The next morning, I can’t wait to experience how it feels to float on the Dead Sea. As still as water can be, the Dead Sea is warm and perfect for an early morning swim.

Twenty kilometres, half an hour, and one breathtaking sight after another later, we reach the Ma’in Hot Springs, used since the times of King Herod. They are one of the world’s most famous and well-preserved hydrogen sulphide water channels. Combined with a rejuvenating meal of chicken curry and boiled rice, we head onto the next phase of our Jordanian exploration.

By sundown we arrive at one of the Seven Wonders of the World, Petra. This sleepy town is naturally designed as a fortress and the mammoth mountains opens into the “Treasury”, made famous by Harrison Ford in “Indiana Jones and the Last Crusade”. Highlighted by Siqs, craters and other rock carved graffiti’s by Nabataeans, the town has a sense of mystery and enchantment about it. No wonder, Petra has been chosen as one of “the 40 places you have to see before you die” by BBC.

My fellow travellers and I hit the sand dunes of Wadi Rum the next day to soak in the sunset on the great Jordanian valley. Cut into the sandstone and granite rocks in south Jordan, 60 kilometres to the east of Aqaba, there is a large desert that has been made famous through a number of movies like ‘Lawrence of Arabia’, ‘Red Planet’ and more recently ‘Transformers: Revenge of the Fallen”. The place is known to be the haven of the ‘Bedouin’ tribe who inhabit the area with their goat-hair tents and sports utility vehicles. The view from the top of Jebel um Adaami, the highest peak in Jordan, is a must-experience as well.
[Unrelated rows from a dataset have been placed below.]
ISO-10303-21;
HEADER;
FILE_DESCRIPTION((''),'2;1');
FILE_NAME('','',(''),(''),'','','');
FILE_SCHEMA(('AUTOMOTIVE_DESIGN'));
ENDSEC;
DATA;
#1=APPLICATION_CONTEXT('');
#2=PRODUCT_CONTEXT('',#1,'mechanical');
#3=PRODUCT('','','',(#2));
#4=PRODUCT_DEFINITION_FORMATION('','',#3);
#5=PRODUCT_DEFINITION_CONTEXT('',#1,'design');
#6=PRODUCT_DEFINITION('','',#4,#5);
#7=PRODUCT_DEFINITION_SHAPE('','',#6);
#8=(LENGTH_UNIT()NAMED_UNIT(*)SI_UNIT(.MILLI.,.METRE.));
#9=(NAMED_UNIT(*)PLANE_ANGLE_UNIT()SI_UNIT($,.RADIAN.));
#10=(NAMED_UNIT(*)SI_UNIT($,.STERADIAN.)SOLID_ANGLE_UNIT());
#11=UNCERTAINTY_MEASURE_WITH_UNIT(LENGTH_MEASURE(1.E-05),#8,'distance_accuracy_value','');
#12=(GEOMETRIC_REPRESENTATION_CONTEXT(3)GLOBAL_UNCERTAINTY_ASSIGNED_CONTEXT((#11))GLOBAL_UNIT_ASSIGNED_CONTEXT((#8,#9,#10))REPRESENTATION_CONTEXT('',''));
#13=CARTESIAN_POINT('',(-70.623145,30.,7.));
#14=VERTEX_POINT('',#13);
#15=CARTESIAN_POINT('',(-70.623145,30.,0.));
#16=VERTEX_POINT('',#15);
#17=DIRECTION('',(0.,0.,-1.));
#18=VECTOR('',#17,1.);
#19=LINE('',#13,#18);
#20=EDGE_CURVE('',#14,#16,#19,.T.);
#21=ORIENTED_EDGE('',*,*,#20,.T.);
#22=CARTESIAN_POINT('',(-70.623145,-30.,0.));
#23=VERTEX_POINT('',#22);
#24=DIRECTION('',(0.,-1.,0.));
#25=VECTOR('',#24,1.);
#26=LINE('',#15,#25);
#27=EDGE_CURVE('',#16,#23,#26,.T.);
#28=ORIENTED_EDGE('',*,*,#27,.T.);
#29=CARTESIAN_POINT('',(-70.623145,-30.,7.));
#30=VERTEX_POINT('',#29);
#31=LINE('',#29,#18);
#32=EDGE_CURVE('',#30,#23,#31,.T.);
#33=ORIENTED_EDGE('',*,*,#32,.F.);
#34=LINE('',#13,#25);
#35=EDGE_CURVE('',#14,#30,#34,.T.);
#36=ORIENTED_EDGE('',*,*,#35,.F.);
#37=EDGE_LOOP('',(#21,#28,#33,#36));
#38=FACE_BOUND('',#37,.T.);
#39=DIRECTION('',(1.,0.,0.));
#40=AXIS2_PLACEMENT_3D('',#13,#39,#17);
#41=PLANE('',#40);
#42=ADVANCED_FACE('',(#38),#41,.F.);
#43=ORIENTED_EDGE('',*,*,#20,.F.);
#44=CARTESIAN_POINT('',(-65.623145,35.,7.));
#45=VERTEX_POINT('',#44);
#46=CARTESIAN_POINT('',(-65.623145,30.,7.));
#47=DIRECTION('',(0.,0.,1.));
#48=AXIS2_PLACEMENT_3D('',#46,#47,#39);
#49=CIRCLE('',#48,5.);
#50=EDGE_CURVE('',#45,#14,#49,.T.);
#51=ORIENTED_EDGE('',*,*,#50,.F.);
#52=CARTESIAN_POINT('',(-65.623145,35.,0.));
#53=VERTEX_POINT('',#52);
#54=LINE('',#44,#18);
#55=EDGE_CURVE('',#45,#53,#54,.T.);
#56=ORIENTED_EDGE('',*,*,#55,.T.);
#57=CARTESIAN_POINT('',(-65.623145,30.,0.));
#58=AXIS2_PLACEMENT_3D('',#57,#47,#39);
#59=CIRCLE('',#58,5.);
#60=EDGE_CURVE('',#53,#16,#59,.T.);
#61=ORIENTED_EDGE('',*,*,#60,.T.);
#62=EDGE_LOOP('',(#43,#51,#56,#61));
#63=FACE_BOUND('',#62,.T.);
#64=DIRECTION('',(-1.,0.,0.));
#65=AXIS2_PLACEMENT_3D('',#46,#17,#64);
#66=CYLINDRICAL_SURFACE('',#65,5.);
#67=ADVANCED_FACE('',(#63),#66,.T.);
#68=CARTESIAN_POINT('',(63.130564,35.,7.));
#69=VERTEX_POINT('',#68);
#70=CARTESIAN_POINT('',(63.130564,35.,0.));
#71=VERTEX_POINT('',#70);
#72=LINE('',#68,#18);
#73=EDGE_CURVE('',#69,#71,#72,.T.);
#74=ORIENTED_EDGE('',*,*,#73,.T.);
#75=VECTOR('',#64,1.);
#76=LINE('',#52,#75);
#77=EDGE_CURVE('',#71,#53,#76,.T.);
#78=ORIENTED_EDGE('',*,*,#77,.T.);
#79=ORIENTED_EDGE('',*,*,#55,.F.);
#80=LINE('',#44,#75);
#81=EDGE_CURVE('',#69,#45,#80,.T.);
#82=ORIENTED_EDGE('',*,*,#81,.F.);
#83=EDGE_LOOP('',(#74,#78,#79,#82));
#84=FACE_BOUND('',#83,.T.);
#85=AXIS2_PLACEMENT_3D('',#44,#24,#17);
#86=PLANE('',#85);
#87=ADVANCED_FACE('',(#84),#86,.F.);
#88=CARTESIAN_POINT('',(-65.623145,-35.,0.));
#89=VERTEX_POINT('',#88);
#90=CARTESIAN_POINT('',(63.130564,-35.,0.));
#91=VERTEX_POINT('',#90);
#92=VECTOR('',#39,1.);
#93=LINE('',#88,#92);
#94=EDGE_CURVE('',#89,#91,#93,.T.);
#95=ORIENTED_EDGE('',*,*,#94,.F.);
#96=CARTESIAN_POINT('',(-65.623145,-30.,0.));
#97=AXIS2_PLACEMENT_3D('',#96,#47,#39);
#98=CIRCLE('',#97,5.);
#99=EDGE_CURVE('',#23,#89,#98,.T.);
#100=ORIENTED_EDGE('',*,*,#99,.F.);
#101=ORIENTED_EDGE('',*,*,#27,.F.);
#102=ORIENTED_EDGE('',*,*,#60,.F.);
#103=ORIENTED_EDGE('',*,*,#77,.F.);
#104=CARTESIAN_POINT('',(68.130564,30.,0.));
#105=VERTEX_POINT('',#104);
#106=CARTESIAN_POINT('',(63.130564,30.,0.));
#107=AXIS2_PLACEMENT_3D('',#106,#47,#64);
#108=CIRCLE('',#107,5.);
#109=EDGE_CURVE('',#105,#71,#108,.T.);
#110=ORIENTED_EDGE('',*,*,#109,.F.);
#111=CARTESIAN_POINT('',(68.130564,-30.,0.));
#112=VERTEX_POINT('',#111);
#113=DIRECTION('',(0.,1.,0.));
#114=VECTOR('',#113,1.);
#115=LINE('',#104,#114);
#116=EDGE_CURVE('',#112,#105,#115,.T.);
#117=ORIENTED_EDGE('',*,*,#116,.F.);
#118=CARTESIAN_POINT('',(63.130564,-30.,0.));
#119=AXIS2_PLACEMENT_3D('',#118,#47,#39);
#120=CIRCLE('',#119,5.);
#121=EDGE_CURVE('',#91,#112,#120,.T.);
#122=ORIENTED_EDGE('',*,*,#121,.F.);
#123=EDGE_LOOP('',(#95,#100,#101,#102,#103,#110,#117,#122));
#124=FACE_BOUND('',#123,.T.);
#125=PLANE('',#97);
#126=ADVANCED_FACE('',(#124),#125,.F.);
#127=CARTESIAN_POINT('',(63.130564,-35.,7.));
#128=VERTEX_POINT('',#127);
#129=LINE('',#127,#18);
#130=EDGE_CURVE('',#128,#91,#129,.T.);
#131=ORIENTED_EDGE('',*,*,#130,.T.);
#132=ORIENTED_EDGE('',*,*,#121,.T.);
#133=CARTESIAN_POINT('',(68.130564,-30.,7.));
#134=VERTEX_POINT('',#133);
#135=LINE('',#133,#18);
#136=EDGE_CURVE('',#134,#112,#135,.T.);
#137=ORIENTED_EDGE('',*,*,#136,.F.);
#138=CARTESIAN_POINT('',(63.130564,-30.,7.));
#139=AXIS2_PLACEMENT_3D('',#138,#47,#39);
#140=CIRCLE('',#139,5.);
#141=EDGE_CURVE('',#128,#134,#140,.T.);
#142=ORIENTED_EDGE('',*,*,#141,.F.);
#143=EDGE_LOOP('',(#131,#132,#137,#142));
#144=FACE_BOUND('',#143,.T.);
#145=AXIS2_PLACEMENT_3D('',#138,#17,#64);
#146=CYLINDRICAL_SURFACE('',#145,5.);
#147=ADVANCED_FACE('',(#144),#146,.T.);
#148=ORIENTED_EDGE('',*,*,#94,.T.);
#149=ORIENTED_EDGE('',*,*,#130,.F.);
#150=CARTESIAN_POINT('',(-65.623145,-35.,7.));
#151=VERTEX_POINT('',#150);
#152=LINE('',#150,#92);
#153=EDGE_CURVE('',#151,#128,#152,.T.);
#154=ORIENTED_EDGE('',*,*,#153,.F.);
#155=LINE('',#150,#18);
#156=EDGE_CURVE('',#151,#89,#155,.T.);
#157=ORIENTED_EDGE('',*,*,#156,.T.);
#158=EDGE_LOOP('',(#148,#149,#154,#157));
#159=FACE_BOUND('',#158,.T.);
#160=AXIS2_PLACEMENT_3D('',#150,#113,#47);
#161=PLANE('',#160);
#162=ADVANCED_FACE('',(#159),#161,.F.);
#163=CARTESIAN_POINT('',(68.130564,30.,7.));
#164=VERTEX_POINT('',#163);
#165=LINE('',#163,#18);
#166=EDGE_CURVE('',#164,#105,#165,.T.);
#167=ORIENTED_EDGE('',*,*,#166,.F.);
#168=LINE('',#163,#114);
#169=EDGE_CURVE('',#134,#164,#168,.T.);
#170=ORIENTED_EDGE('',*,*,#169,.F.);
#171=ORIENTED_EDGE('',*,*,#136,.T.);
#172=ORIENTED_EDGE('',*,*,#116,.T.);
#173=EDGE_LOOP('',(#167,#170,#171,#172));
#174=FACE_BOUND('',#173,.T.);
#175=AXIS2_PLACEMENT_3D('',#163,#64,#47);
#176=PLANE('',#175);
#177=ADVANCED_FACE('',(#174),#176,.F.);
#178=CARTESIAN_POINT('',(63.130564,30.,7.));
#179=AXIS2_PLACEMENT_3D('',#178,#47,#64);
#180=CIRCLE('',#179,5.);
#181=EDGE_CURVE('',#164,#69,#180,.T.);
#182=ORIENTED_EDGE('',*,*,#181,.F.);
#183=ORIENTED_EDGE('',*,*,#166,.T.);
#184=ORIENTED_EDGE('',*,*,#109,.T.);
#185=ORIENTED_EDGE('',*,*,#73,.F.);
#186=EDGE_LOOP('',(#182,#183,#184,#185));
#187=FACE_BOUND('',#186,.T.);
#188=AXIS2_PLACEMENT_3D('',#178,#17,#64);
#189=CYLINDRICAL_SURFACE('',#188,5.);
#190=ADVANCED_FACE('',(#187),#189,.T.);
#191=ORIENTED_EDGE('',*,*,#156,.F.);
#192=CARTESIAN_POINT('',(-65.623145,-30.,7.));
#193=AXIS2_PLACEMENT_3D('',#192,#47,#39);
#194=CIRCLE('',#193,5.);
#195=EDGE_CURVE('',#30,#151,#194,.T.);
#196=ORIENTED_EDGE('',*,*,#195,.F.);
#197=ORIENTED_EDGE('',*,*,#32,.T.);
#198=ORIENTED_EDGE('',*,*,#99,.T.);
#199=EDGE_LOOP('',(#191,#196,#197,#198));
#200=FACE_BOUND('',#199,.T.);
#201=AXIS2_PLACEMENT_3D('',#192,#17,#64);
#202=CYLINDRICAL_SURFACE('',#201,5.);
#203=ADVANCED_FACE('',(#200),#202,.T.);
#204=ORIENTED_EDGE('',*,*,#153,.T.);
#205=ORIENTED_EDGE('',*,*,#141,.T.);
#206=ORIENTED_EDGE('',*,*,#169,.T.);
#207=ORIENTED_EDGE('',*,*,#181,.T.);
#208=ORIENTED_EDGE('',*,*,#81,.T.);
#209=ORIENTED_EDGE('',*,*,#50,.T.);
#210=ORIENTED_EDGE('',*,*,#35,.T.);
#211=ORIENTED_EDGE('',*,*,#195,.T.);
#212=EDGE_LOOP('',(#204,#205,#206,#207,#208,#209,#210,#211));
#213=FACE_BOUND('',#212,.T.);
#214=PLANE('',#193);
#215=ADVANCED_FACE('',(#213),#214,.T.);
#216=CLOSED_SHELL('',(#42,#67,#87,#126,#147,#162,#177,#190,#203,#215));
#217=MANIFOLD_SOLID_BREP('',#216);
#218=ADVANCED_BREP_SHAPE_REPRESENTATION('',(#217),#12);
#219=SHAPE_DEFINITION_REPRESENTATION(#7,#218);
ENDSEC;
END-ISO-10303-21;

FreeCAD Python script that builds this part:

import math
import FreeCAD as App
import Part
import Sketcher
from FreeCAD import Vector

doc = App.newDocument("Part")
body = doc.addObject("PartDesign::Body", "Body")

# Sketch on XY plane
sketch1 = body.newObject("Sketcher::SketchObject", "Sketch")
sketch1.AttachmentSupport = (doc.getObject("XY_Plane"), [""])
sketch1.MapMode = "FlatFace"
sketch1.addGeometry(Part.LineSegment(Vector(63, 35, 0), Vector(-66, 35, 0)), False)
sketch1.addGeometry(Part.ArcOfCircle(Part.Circle(Vector(-66, 30, 0), Vector(0, 0, 1), 5), math.radians(90), math.radians(180)), False)
sketch1.addGeometry(Part.LineSegment(Vector(-71, 30, 0), Vector(-71, -30, 0)), False)
sketch1.addGeometry(Part.ArcOfCircle(Part.Circle(Vector(-66, -30, 0), Vector(0, 0, 1), 5), math.radians(180), math.radians(270)), False)
sketch1.addGeometry(Part.LineSegment(Vector(-66, -35, 0), Vector(63, -35, 0)), False)
sketch1.addGeometry(Part.ArcOfCircle(Part.Circle(Vector(63, -30, 0), Vector(0, 0, 1), 5), math.radians(-90), math.radians(0)), False)
sketch1.addGeometry(Part.LineSegment(Vector(68, -30, 0), Vector(68, 30, 0)), False)
sketch1.addGeometry(Part.ArcOfCircle(Part.Circle(Vector(63, 30, 0), Vector(0, 0, 1), 5), math.radians(0), math.radians(90)), False)
sketch1.addConstraint(Sketcher.Constraint("Tangent", 0, 2, 1, 1))
sketch1.addConstraint(Sketcher.Constraint("Tangent", 1, 2, 2, 1))
sketch1.addConstraint(Sketcher.Constraint("Tangent", 2, 2, 3, 1))
sketch1.addConstraint(Sketcher.Constraint("Tangent", 3, 2, 4, 1))
sketch1.addConstraint(Sketcher.Constraint("Tangent", 4, 2, 5, 1))
sketch1.addConstraint(Sketcher.Constraint("Tangent", 5, 2, 6, 1))
sketch1.addConstraint(Sketcher.Constraint("Tangent", 6, 2, 7, 1))
sketch1.addConstraint(Sketcher.Constraint("Tangent", 7, 2, 0, 1))
sketch1.addConstraint(Sketcher.Constraint("Horizontal", 0))
sketch1.addConstraint(Sketcher.Constraint("Vertical", 2))
sketch1.addConstraint(Sketcher.Constraint("Horizontal", 4))
sketch1.addConstraint(Sketcher.Constraint("Vertical", 6))
sketch1.addConstraint(Sketcher.Constraint("Equal", 1, 3))
sketch1.addConstraint(Sketcher.Constraint("Equal", 3, 5))
sketch1.addConstraint(Sketcher.Constraint("Equal", 5, 7))
sketch1.addConstraint(Sketcher.Constraint("Radius", 1, 5.0))
sketch1.addConstraint(Sketcher.Constraint("DistanceY", 2, 2, 2, 1, 60.0))
sketch1.addConstraint(Sketcher.Constraint("DistanceY", -1, 1, 1, 3, 30.0))
sketch1.addConstraint(Sketcher.Constraint("DistanceX", 0, 2, 0, 1, 128.753709))
sketch1.addConstraint(Sketcher.Constraint("DistanceX", 1, 3, -1, 1, 65.623145))
pad1 = body.newObject("PartDesign::Pad", "Pad")
pad1.Profile = sketch1
pad1.Length = 7

doc.recompute()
A feast at Captain Cook’s desert camp feels like a heavenly treat after a hectic day and night of sightseeing. Over the following hours, I settle down at the Movenpik, Tala Bay, overlooking the Red Sea and the distant mountains of Israel on one side and Egypt on another.

I reserve my final day in Jordan for the Red Sea and its maritime wonders. After a quick and fulfilling breakfast served by a Egyptian maître d’hôtel at Movenpik, we head to the Aqaba diving centre, home to exquisite corals and sea reefs and regarded as one of the top diving destinations in the world. Three hours later, which includes a dive into the Red Sea, I come out a different person.

As I bid adieu to my friendly tour guide, he says, “you haven’t seen even 30 percent of the country”. And I agree. The Hashemite Kingdom of Jordan is a jewel waiting to be explored.


The Madaba Map carved in mosaic dates back to 6th century AD and is the oldest surviving original cartographic depiction of the Holy Land, especially Jerusalem.